The group has 58 aircraft on order.

As at Dec 31, the group’s passenger network covered 134 destinations in 37 countries and territories.

Between October and December 2025, Scoot expanded its footprint with new services to Danang in Vietnam.

In addition, the airline also introduced non-stop services to Kota Bharu in Malaysia, Nha Trang in Vietnam, Okinawa in Japan, and Labuan Bajo and Semarang in Indonesia.

Between January and March 2026, Scoot will also launch four-times weekly flights to Palembang and daily services to Medan in Indonesia, among others.

From June 2026, SIA will start four-times weekly non-stop flights to Saudi Arabia’s capital, Riyadh, adding a second destination in the kingdom for the group.

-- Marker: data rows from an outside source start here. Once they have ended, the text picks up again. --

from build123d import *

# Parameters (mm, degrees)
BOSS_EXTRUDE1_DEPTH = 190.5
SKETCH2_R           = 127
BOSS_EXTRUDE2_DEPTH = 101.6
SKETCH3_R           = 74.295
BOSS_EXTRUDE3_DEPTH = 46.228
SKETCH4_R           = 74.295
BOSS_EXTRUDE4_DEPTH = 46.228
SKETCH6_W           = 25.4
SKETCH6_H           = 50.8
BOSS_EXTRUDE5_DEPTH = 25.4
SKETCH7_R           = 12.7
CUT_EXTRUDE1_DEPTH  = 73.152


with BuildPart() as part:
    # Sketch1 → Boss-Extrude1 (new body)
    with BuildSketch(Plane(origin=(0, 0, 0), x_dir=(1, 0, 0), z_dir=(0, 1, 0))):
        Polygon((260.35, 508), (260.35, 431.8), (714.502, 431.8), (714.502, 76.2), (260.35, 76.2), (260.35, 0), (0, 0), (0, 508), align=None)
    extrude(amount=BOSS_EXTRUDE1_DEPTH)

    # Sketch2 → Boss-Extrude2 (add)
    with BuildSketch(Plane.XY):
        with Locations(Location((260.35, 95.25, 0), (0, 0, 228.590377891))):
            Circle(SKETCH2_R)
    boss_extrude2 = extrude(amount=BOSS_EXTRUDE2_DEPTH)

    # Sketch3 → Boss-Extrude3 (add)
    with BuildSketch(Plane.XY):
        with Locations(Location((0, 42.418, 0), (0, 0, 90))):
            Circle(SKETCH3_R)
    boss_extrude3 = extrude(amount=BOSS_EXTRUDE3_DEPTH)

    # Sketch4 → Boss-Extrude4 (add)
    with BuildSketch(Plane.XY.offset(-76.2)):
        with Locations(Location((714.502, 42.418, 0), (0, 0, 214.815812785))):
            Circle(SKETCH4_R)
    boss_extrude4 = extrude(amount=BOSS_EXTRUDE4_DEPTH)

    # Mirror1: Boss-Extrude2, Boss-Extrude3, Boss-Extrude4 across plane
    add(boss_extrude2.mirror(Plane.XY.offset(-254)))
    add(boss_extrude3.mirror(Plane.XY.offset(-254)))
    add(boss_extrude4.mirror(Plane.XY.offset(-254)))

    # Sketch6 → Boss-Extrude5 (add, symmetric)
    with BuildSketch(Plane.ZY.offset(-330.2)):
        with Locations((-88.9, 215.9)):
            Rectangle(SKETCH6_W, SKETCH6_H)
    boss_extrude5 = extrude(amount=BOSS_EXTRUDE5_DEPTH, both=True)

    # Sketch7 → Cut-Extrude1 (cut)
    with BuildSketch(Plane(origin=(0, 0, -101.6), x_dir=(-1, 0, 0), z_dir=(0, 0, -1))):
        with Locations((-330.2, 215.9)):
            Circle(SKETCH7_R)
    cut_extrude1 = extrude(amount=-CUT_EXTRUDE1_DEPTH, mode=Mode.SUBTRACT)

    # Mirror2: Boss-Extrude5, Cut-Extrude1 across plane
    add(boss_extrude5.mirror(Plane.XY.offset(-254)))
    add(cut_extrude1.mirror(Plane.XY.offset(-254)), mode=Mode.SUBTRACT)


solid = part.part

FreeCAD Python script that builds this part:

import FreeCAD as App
import Part
import Sketcher
from FreeCAD import Vector
Q = App.Units.Quantity

doc = App.newDocument("Part")
body = doc.addObject("PartDesign::Body", "Body")

# Sketch on XZ plane
sketch1 = body.newObject("Sketcher::SketchObject", "Sketch")
sketch1.AttachmentSupport = (doc.getObject("XZ_Plane"), [""])
sketch1.MapMode = "FlatFace"
sketch1.addGeometry([
    Part.LineSegment(Vector(260.35, -431.8, 0), Vector(260.35, -508, 0)),  # 0
    Part.LineSegment(Vector(260.35, -508, 0), Vector(0, -508, 0)),  # 1
    Part.LineSegment(Vector(0, -508, 0), Vector(0, 0, 0)),  # 2
    Part.LineSegment(Vector(0, 0, 0), Vector(260.35, 0, 0)),  # 3
    Part.LineSegment(Vector(260.35, 0, 0), Vector(260.35, -76.2, 0)),  # 4
    Part.LineSegment(Vector(260.35, -76.2, 0), Vector(714.502, -76.2, 0)),  # 5
    Part.LineSegment(Vector(714.502, -76.2, 0), Vector(714.502, -431.8, 0)),  # 6
    Part.LineSegment(Vector(714.502, -431.8, 0), Vector(260.35, -431.8, 0)),  # 7
], False)
sketch1.addConstraint([
    Sketcher.Constraint("Coincident", 0, 2, 1, 1),
    Sketcher.Constraint("Coincident", 1, 2, 2, 1),
    Sketcher.Constraint("Coincident", 2, 2, 3, 1),
    Sketcher.Constraint("Coincident", 3, 2, 4, 1),
    Sketcher.Constraint("Coincident", 4, 2, 5, 1),
    Sketcher.Constraint("Coincident", 5, 2, 6, 1),
    Sketcher.Constraint("Coincident", 6, 2, 7, 1),
    Sketcher.Constraint("Coincident", 7, 2, 0, 1),
    Sketcher.Constraint("Vertical", 0),
    Sketcher.Constraint("Horizontal", 1),
    Sketcher.Constraint("Vertical", 2),
    Sketcher.Constraint("Horizontal", 3),
    Sketcher.Constraint("Vertical", 4),
    Sketcher.Constraint("Horizontal", 5),
    Sketcher.Constraint("Vertical", 6),
    Sketcher.Constraint("Horizontal", 7),
    Sketcher.Constraint("Coincident", 2, 2, -1, 1),
    Sketcher.Constraint("Vertical", 0, 2, 3, 2),
    Sketcher.Constraint("Equal", 0, 4),
    Sketcher.Constraint("DistanceY", 0, 2, 0, 1, Q("3 in")),
    Sketcher.Constraint("DistanceY", 2, 1, 2, 2, Q("20 in")),
    Sketcher.Constraint("DistanceX", 1, 2, 1, 1, Q("10.25 in")),
    Sketcher.Constraint("DistanceX", 5, 1, 5, 2, Q("17.88 in")),
])
pad1 = body.newObject("PartDesign::Pad", "Pad")
pad1.Profile = sketch1
pad1.Length = Q("7.5 in")
pad1.Reversed = True

# Sketch on XY plane
sketch2 = body.newObject("Sketcher::SketchObject", "Sketch001")
sketch2.AttachmentSupport = (doc.getObject("XY_Plane"), [""])
sketch2.MapMode = "FlatFace"
sketch2.addGeometry(Part.Circle(Vector(260.35, 95.25, 0), Vector(0, 0, 1), 127), False)
sketch2.addConstraint([
    Sketcher.Constraint("Diameter", 0, Q("10 in")),
    Sketcher.Constraint("DistanceX", -1, 1, 0, 3, Q("10.25 in")),
    Sketcher.Constraint("DistanceY", -1, 1, 0, 3, Q("3.75 in")),
])
pad2 = body.newObject("PartDesign::Pad", "Pad001")
pad2.Profile = sketch2
pad2.Length = Q("4 in")

# Sketch on XY plane
sketch3 = body.newObject("Sketcher::SketchObject", "Sketch002")
sketch3.AttachmentSupport = (doc.getObject("XY_Plane"), [""])
sketch3.MapMode = "FlatFace"
sketch3.addGeometry(Part.Circle(Vector(0, 42.418, 0), Vector(0, 0, 1), 74.295), False)
sketch3.addConstraint([
    Sketcher.Constraint("PointOnObject", 0, 3, -2),
    Sketcher.Constraint("Diameter", 0, Q("5.85 in")),
    Sketcher.Constraint("DistanceY", -1, 1, 0, 3, Q("1.67 in")),
])
pad3 = body.newObject("PartDesign::Pad", "Pad002")
pad3.Profile = sketch3
pad3.Length = Q("1.82 in")

# Sketch on XY plane
sketch4 = body.newObject("Sketcher::SketchObject", "Sketch003")
sketch4.AttachmentSupport = (doc.getObject("XY_Plane"), [""])
sketch4.MapMode = "FlatFace"
sketch4.AttachmentOffset = App.Placement(Vector(0, 0, -3 * 25.4), App.Rotation())
sketch4.addGeometry(Part.Circle(Vector(714.502, 42.418, 0), Vector(0, 0, 1), 74.295), False)
sketch4.addConstraint([
    Sketcher.Constraint("Diameter", 0, Q("5.85 in")),
    Sketcher.Constraint("DistanceX", -1, 1, 0, 3, Q("28.13 in")),
    Sketcher.Constraint("DistanceY", -1, 1, 0, 3, Q("1.67 in")),
])
pad4 = body.newObject("PartDesign::Pad", "Pad003")
pad4.Profile = sketch4
pad4.Length = Q("1.82 in")
doc.recompute()

datumplane = body.newObject("PartDesign::Plane", "DatumPlane")
datumplane.AttachmentSupport = (doc.getObject("XY_Plane"), [""])
datumplane.MapMode = "FlatFace"
datumplane.AttachmentOffset = App.Placement(Vector(0, 0, -10 * 25.4), App.Rotation())
mirrored = body.newObject("PartDesign::Mirrored", "Mirrored")
mirrored.Originals = [pad2, pad3, pad4]
mirrored.MirrorPlane = (datumplane, [""])
body.Tip = mirrored

# Sketch on YZ plane
sketch5 = body.newObject("Sketcher::SketchObject", "Sketch004")
sketch5.AttachmentSupport = (doc.getObject("YZ_Plane"), [""])
sketch5.MapMode = "FlatFace"
sketch5.AttachmentOffset = App.Placement(Vector(0, 0, 13 * 25.4), App.Rotation())
sketch5.addGeometry([
    Part.LineSegment(Vector(241.3, -101.6, 0), Vector(190.5, -101.6, 0)),
    Part.LineSegment(Vector(190.5, -101.6, 0), Vector(190.5, -76.2, 0)),
    Part.LineSegment(Vector(190.5, -76.2, 0), Vector(241.3, -76.2, 0)),
    Part.LineSegment(Vector(241.3, -76.2, 0), Vector(241.3, -101.6, 0)),
], False)
sketch5.addConstraint([
    Sketcher.Constraint("Coincident", 0, 2, 1, 1),
    Sketcher.Constraint("Coincident", 1, 2, 2, 1),
    Sketcher.Constraint("Coincident", 2, 2, 3, 1),
    Sketcher.Constraint("Coincident", 3, 2, 0, 1),
    Sketcher.Constraint("Horizontal", 0),
    Sketcher.Constraint("Vertical", 1),
    Sketcher.Constraint("Horizontal", 2),
    Sketcher.Constraint("Vertical", 3),
    Sketcher.Constraint("DistanceX", 0, 2, 0, 1, Q("2 in")),
    Sketcher.Constraint("DistanceY", 1, 1, 1, 2, Q("1 in")),
    Sketcher.Constraint("DistanceY", 0, 2, -1, 1, Q("4 in")),
    Sketcher.Constraint("DistanceX", -1, 1, 0, 2, Q("7.5 in")),
])
pad5 = body.newObject("PartDesign::Pad", "Pad004")
pad5.Profile = sketch5
pad5.Length = Q("2 in")
pad5.Midplane = True

# Sketch on XY plane
sketch6 = body.newObject("Sketcher::SketchObject", "Sketch005")
sketch6.AttachmentSupport = (doc.getObject("XY_Plane"), [""])
sketch6.MapMode = "FlatFace"
sketch6.AttachmentOffset = App.Placement(Vector(0, 0, -4 * 25.4), App.Rotation())
sketch6.addGeometry(Part.Circle(Vector(330.2, 215.9, 0), Vector(0, 0, 1), 12.7), False)
sketch6.addConstraint([
    Sketcher.Constraint("Diameter", 0, Q("1 in")),
    Sketcher.Constraint("DistanceX", -1, 1, 0, 3, Q("13 in")),
    Sketcher.Constraint("DistanceY", -1, 1, 0, 3, Q("8.5 in")),
])
pocket1 = body.newObject("PartDesign::Pocket", "Pocket")
pocket1.Profile = sketch6
pocket1.Length = Q("2.88 in")
pocket1.Reversed = True
doc.recompute()

datumplane2 = body.newObject("PartDesign::Plane", "DatumPlane001")
datumplane2.AttachmentSupport = (doc.getObject("XY_Plane"), [""])
datumplane2.MapMode = "FlatFace"
datumplane2.AttachmentOffset = App.Placement(Vector(0, 0, -10 * 25.4), App.Rotation())
mirrored2 = body.newObject("PartDesign::Mirrored", "Mirrored001")
mirrored2.Originals = [pad5, pocket1]
mirrored2.MirrorPlane = (datumplane2, [""])
body.Tip = mirrored2

doc.recompute()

Meanwhile, on the cargo front, SIA’s network spanned 138 destinations across 38 countries and territories.

SIA is also unveiling next-generation long-haul cabin products in 2026, alongside an all-new KrisWorld in-flight entertainment system, elevated food and beverage options, new amenity kits and other in-flight offerings.

In addition, SIA plans to progressively introduce high-speed Low Earth Orbit satellite connectivity for enhanced in-flight Wi-Fi across its long-haul fleet.

SIA shares were up 1 per cent to $7.03 on Feb 24, before the results were announced after trading hours.